Os principais sintomas são úlceras bucais múltiplas, náuseas, cólicas abdominais dolorosas e diarreia. Devido à forte dor ao engolir, é fundamental iniciar a nutrição parenteral.
Pancitopenia grave
Pacientes submetidos a transplante de medula óssea freqüentemente apresentam um número reduzido de todas as contagens de sangue periférico, isto é, glóbulos vermelhos, leucócitos e plaquetas. Isso pode resultar na ocorrência de:
- anemia grave com risco de vida que requer transfusão de hemácias (concentrados de hemácias)

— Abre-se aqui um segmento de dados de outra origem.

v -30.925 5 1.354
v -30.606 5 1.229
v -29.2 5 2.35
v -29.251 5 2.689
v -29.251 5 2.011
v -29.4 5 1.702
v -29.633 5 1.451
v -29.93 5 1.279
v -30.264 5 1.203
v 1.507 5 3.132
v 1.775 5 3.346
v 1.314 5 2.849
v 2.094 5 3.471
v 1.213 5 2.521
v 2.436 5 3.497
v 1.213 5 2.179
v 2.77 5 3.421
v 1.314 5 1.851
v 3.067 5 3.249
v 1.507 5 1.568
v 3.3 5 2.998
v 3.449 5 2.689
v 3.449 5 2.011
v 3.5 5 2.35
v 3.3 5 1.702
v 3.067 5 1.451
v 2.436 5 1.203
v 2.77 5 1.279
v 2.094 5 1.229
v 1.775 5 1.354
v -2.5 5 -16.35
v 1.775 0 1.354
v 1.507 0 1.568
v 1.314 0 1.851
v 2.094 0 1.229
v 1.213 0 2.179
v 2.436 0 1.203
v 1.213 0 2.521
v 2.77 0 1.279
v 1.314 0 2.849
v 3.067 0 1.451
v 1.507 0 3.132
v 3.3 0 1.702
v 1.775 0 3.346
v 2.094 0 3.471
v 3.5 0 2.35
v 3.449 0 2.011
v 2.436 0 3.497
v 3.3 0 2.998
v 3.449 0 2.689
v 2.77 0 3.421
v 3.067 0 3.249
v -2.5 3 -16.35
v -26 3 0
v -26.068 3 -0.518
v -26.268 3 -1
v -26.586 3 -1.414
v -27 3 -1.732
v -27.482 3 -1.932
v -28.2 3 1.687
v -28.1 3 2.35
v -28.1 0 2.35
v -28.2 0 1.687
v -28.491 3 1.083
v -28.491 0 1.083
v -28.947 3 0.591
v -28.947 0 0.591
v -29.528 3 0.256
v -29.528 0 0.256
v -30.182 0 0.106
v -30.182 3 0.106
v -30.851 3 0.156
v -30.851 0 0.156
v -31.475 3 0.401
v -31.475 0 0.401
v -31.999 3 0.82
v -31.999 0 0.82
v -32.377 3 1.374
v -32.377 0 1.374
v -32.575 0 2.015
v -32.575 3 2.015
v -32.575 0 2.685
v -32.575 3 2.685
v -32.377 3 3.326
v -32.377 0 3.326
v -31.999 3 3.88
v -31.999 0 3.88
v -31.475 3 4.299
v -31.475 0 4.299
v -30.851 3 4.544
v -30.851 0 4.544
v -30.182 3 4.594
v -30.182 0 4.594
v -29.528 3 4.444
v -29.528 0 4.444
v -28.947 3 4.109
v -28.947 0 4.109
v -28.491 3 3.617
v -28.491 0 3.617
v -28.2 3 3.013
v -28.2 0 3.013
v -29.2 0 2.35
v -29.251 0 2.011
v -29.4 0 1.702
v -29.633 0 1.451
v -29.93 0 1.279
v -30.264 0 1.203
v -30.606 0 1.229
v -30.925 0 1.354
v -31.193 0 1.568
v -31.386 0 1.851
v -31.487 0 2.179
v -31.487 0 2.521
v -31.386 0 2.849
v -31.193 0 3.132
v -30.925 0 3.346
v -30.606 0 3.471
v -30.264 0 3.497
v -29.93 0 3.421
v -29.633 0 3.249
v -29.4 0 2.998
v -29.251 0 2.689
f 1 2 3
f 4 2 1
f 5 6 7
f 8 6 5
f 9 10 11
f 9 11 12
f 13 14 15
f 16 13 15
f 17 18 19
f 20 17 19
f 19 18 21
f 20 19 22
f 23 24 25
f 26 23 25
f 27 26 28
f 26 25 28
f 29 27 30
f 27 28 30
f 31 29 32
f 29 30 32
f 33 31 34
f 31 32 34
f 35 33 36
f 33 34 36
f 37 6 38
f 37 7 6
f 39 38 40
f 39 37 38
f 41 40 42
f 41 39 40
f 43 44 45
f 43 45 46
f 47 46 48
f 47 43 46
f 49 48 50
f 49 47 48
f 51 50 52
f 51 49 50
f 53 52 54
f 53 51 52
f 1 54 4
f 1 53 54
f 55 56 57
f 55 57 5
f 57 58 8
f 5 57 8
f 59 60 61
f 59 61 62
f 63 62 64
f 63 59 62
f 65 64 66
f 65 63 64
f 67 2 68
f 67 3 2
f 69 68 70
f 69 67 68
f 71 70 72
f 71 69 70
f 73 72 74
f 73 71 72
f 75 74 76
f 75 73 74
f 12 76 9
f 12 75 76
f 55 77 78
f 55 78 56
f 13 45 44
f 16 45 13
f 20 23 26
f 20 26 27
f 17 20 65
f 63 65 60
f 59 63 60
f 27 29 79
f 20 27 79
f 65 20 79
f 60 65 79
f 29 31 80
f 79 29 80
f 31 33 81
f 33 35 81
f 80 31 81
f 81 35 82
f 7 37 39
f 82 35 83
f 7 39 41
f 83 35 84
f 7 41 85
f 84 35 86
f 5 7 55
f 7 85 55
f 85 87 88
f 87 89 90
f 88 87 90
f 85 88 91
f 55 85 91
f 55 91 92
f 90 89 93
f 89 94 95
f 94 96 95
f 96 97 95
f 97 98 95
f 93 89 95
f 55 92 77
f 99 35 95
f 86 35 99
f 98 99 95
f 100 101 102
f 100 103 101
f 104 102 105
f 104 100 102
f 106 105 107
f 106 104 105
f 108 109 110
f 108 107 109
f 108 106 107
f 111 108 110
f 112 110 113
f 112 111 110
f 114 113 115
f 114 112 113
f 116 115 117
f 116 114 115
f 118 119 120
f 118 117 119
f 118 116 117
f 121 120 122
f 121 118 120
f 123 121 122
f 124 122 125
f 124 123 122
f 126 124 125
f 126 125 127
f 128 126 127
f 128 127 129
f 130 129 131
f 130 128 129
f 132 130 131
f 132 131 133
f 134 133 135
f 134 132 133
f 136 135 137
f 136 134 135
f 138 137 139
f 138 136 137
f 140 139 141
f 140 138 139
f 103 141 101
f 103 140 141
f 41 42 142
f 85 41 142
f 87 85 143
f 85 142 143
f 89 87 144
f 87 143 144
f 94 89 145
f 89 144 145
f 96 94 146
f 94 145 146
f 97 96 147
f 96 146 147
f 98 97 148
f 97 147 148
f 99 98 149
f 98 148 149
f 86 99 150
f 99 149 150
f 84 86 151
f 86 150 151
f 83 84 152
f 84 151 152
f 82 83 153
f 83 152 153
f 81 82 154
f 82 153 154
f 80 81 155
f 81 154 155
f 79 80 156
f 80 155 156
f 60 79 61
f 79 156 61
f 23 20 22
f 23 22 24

- distúrbios de coagulação do sangue, manifestados dependendo do grau de trombocitopenia: equimoses, hemorragia, sangramento no nariz ou ouvido
- infecções bacterianas, fúngicas ou virais graves, exigindo a administração de antibióticos, antifúngicos ou antivirais, respectivamente
Infecções
Devido à diminuição da imunidade, as pessoas após o transplante de células-tronco da medula óssea são mais suscetíveis a infecções bacterianas e virais, bem como a infecções fúngicas. Os patógenos detectados com mais frequência em receptores incluem:
- bactéria: pneumococo, Hemophilus influenzae
- vírus: citomegalovírus, vírus do grupo Herpes
- cogumelos: Candida, Aspergillus, Pneumocystis carinii
Rejeição de medula óssea transplantada
A rejeição do transplante de medula óssea é uma complicação séria observada em receptores submetidos a transplante alogênico e não ocorre em receptores de transplante autólogo (medula óssea própria coletada antes do tratamento intensivo).
Esta é uma situação em que as células-tronco hematopoiéticas transplantadas não começam a proliferar e se diferenciar, ou seja, o processo de hematopoiese não começa.
Prognóstico de pacientes submetidos a transplante
As recidivas da doença foram relatadas na literatura com muito mais frequência em receptores de transplante autólogo do que em receptores de aloenxerto. Isso provavelmente se deve ao fato de que no caso do próprio transplante de medula óssea não foi observado nenhum transplante contra leucemia, cuja formação é muito favorável.